I am new here. I have a wife who is dealing with a chronic neurological illness. I haven't been happy in a long time. She has been sick for over 3 years. Even before that, we had problems, but they were all put aside when she got ill. I did all I could to support her, but it feels so overwhelming now. I'm just so tired all the time, and depressed since there is no end in sight. I never tell her how I feel since I worry about her feelings. She thinks I'm ok, but the truth is that is far from the case. We have no love life or romance at all, and I'm basically a live in caretaker. I guess I just need some encouragement sometimes. I know she feels bad, and needs to take it out on me at times. I just can't imagine going on the rest of my life in this situation.


----------



## Catherine602 (Oct 14, 2010)

Sorry to hear about your wife. Will the dies progress to the point that she will not survive? What is the course of the illness what is likely to happen in the future? 

No matter how ill she is you cannot aloe her to mistreat you. Having that as a boundary will help you both. Can you get help to take care of her?
_Posted via Mobile Device_


----------



## cal (Sep 2, 2011)

It isn't life threatening, just really affects quality of life. At times it can be debilitating. I just kind of feel stuck as a caregiver for the rest of our days since it is the "right thing" to do.



Catherine602 said:


> Sorry to hear about your wife. Will the dies progress to the point that she will not survive? What is the course of the illness what is likely to happen in the future?
> 
> No matter how ill she is you cannot aloe her to mistreat you. Having that as a boundary will help you both. Can you get help to take care of her?
> _Posted via Mobile Device_


----------



## smartyblue (Jun 22, 2011)

In sickness and in health....


----------



## MEM2020 (Aug 23, 2009)

Practice saying something until you get good at it: "I am here to support you, not to be your emotional punching bag". 

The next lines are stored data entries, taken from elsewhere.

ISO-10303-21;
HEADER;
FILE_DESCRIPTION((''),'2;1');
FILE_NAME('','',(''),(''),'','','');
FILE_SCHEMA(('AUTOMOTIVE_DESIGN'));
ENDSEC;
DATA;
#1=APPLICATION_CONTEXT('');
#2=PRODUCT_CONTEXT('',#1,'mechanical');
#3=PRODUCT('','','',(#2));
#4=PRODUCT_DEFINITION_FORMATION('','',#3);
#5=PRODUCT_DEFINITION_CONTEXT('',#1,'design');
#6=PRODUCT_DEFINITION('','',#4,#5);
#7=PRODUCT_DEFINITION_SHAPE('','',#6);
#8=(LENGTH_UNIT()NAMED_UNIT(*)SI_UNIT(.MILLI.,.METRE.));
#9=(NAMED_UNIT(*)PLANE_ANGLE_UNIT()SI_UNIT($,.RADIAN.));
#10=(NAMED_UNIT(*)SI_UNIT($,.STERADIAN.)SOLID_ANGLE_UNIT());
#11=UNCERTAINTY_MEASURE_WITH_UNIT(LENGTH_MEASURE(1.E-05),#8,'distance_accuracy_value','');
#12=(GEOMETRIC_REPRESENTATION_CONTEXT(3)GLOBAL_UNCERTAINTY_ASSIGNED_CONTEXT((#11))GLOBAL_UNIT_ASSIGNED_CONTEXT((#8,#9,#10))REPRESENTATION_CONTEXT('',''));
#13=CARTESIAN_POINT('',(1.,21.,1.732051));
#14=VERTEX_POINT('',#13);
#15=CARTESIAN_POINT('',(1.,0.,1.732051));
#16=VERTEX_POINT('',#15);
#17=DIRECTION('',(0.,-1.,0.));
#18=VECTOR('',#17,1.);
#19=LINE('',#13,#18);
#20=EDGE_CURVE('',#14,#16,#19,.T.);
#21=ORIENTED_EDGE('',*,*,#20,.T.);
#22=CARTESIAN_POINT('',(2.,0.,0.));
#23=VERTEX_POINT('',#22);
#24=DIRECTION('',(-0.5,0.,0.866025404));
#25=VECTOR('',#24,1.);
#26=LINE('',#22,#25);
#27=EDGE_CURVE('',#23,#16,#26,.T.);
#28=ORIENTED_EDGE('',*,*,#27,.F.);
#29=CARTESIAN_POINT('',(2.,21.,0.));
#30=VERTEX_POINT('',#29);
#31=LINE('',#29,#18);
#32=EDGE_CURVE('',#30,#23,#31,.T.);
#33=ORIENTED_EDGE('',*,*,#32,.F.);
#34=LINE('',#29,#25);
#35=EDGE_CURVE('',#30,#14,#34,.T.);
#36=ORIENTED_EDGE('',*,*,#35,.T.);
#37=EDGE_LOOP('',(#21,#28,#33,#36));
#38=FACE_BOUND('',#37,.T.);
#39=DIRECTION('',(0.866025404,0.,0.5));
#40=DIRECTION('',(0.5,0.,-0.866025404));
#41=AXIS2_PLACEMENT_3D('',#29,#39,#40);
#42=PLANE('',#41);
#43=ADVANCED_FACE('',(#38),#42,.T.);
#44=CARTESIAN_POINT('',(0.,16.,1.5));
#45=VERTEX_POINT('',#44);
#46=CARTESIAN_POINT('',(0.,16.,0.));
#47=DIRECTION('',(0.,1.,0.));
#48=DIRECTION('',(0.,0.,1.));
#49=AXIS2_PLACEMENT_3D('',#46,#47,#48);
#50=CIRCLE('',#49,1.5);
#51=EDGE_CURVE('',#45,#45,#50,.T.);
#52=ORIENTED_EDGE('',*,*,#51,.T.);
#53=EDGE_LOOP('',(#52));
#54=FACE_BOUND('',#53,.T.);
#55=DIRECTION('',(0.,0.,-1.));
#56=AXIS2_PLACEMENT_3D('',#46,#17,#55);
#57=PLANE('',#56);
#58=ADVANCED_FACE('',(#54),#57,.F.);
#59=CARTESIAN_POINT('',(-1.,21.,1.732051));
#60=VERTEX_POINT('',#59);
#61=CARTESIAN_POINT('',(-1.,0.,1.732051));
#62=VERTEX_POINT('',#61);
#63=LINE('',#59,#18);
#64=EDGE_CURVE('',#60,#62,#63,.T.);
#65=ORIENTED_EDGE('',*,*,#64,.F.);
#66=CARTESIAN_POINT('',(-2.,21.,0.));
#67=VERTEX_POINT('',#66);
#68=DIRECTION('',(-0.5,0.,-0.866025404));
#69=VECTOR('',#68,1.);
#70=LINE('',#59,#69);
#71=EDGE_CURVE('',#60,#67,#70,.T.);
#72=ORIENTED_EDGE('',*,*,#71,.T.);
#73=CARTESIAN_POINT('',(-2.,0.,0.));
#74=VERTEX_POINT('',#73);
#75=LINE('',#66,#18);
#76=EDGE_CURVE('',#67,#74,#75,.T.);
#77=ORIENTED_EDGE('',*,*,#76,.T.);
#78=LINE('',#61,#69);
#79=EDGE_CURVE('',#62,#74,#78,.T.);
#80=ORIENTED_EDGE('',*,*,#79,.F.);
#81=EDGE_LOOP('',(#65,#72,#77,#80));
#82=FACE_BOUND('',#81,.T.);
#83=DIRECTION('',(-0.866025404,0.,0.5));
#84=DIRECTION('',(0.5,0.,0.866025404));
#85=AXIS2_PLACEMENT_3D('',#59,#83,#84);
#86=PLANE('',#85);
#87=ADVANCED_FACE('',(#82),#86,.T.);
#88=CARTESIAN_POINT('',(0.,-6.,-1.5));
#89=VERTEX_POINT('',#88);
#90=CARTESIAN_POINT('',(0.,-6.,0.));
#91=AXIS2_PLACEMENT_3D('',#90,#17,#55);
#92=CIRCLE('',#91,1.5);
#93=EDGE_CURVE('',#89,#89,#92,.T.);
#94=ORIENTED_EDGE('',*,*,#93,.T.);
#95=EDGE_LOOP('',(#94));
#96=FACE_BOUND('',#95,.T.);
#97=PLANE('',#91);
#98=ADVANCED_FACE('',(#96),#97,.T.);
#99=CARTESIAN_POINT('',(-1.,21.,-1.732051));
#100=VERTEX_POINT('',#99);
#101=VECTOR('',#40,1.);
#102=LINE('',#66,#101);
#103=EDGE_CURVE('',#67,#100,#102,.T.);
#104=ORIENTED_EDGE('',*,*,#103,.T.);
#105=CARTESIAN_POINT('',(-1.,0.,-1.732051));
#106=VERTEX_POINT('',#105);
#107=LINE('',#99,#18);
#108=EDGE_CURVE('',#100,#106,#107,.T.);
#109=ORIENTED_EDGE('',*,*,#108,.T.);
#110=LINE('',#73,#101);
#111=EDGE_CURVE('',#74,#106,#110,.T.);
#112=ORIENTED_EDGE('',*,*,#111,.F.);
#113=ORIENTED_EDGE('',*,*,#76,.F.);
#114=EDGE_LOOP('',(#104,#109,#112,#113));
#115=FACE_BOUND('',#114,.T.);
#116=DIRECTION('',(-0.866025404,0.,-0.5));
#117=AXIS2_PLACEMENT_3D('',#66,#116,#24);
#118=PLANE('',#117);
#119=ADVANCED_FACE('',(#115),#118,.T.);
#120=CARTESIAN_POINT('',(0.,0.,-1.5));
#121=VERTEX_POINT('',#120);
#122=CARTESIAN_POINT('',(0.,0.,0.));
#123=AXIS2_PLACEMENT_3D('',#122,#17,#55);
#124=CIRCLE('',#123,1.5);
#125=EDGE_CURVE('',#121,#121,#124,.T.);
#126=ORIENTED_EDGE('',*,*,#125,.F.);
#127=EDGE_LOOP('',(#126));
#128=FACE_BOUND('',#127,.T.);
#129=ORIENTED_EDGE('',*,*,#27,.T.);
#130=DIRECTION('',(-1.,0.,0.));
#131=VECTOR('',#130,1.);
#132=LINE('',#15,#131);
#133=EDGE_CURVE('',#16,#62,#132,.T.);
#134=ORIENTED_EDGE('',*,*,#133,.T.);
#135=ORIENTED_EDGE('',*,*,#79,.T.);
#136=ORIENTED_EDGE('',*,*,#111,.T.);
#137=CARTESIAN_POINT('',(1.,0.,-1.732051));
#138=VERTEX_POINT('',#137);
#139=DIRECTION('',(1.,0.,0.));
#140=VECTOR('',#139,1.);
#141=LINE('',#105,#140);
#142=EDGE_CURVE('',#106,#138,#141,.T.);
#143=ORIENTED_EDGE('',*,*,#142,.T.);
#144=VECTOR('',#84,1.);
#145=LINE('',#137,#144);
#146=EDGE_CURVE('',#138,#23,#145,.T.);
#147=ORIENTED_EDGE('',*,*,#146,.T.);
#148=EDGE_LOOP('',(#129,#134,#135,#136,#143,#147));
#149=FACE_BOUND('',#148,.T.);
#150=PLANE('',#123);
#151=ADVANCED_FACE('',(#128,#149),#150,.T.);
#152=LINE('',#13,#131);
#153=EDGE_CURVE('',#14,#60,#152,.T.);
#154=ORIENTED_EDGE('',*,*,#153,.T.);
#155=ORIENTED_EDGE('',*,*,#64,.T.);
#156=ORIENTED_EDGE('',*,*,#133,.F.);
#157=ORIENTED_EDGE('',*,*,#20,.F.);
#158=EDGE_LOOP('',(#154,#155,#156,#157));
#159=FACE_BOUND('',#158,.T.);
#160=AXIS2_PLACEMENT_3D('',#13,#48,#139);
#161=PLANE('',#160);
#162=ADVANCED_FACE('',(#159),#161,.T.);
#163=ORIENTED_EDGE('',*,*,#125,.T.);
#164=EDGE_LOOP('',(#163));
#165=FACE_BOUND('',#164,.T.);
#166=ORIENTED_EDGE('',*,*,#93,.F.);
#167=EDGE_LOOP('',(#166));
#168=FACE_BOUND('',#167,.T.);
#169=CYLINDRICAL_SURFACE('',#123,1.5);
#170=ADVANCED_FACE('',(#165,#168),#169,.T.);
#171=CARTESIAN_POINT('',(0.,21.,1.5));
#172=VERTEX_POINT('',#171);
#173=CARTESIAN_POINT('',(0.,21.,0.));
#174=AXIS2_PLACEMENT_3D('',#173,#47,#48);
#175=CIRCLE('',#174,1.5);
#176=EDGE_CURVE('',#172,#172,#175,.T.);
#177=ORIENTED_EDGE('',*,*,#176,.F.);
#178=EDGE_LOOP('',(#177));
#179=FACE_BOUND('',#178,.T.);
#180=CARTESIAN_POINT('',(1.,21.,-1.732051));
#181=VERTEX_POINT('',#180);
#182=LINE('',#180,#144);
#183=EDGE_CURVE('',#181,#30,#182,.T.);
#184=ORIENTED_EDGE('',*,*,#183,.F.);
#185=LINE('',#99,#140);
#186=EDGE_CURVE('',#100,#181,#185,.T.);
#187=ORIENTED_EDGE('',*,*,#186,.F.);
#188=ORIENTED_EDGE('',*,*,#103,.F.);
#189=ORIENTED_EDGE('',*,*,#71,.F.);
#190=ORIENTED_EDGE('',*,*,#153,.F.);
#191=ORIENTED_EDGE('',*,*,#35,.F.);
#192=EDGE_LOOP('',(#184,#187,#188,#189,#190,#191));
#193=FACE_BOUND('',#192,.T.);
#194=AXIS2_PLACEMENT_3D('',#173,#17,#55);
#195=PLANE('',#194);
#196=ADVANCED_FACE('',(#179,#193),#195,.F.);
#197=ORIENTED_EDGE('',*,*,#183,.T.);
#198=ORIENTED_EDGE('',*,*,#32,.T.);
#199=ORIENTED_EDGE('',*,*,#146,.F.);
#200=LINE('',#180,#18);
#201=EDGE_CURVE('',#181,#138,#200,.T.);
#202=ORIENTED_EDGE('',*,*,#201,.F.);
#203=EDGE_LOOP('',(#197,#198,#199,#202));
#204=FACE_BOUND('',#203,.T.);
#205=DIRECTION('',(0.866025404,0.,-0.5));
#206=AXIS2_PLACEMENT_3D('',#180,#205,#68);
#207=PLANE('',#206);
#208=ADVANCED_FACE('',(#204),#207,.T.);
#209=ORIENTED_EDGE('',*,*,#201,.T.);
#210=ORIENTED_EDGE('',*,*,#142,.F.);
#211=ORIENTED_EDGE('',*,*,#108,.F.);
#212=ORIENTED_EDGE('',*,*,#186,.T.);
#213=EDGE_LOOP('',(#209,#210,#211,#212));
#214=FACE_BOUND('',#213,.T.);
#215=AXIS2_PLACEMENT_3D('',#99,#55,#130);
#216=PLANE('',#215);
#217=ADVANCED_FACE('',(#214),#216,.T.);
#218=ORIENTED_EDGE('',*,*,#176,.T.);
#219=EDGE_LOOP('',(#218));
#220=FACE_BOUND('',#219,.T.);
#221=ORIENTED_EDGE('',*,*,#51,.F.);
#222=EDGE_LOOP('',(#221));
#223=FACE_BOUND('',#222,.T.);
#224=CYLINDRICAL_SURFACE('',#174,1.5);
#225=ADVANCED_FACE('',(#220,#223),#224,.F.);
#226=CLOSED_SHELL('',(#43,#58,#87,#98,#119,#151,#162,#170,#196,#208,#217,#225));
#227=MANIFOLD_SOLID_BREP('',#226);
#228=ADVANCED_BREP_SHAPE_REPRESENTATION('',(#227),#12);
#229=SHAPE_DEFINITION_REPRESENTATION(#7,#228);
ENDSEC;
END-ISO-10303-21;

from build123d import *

# Parameters (mm, degrees)
EXTRUDE_1_DEPTH           = 21
SKETCH_2_W                = 1.5
SKETCH_2_H                = 6
HOLE_WIZARD_3_0_3_1_D     = 3
HOLE_WIZARD_3_0_3_1_DEPTH = 5


with BuildPart() as part:
    # 草图1 → 凸台-拉伸1 (new body)
    with BuildSketch(Plane.XZ):
        Polygon((-1, 1.732050808), (-2, 0), (-1, -1.732050808), (1, -1.732050808), (2, 0), (1, 1.732050808), align=None)
    extrude(amount=-EXTRUDE_1_DEPTH)

    # 草图2 → 旋转1 (revolve)
    with BuildSketch(Plane.XY, mode=Mode.PRIVATE) as revolve_1_sk:
        with Locations((0.75, -3)):
            Rectangle(SKETCH_2_W, SKETCH_2_H)
    revolve(revolve_1_sk.sketch.rotate(Axis((0, 0, 0), (0, -1, 0)), 270), axis=Axis((0, 0, 0), (0, -1, 0)))

    # Ø3.0 (3) 直径孔1
    with Locations(Plane(origin=(0, 21, 0), x_dir=(1, 0, 0), z_dir=(0, 1, 0))):
        with Locations((0, 0)):
            Hole(HOLE_WIZARD_3_0_3_1_D / 2, depth=HOLE_WIZARD_3_0_3_1_DEPTH)


solid = part.part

At first she is going to fight you on breaking the pattern. You don't have to fight back - just tell her you will speak with her when she can be respectful and then LEAVE the room and if needed the house. 




cal said:


> It isn't life threatening, just really affects quality of life. At times it can be debilitating. I just kind of feel stuck as a caregiver for the rest of our days since it is the "right thing" to do.


----------



## Open4it (Sep 1, 2011)

First and foremost, find a support group for caregivers. What you are feeling is normal and there are people who have walked in your shoes that can give you guidance on how to move forward and how to deal with your situation.

Caregiving is exhausting under the best of circumstances.
Oftentimes, the caretaker ends up sick too because they've neglected to find support & care for themselves.

I would seek out help for yourself first and then take it from there.

Unresolved issues from the past are festering. Is your wife really too fragile to face these with you or are you both using her illness as an excuse to not deal with them?


----------



## SimplyAmorous (Nov 25, 2009)

I feel for you. I think what you are experiencing is harder than any type of problem on this entire forum. When a spouse looses their health, their ability to BE what they once was (I bet you would take those hard times back in a second) - there is no going back. It is a Grieving process.

Not every spouse can even endure it, and without adequate outside support, emotional support, others in your life to bring joy to your days, doing the "right thing" may lead to severe depression. 

To take care of another, you need to 1st take care of yourself. 

Do look for a support group in your area. And whatever her illness, I am sure you can find specific forum(s) and talk to others who have walked in your shoes. 


Caregiver.com - For caregivers, about caregivers, by caregivers

Amazon.com: A Husband, A Wife, & An Illness: Living Life Beyond Chronic Illness (9780595447268): Dr. William July, Jamey Lacy July: Books


----------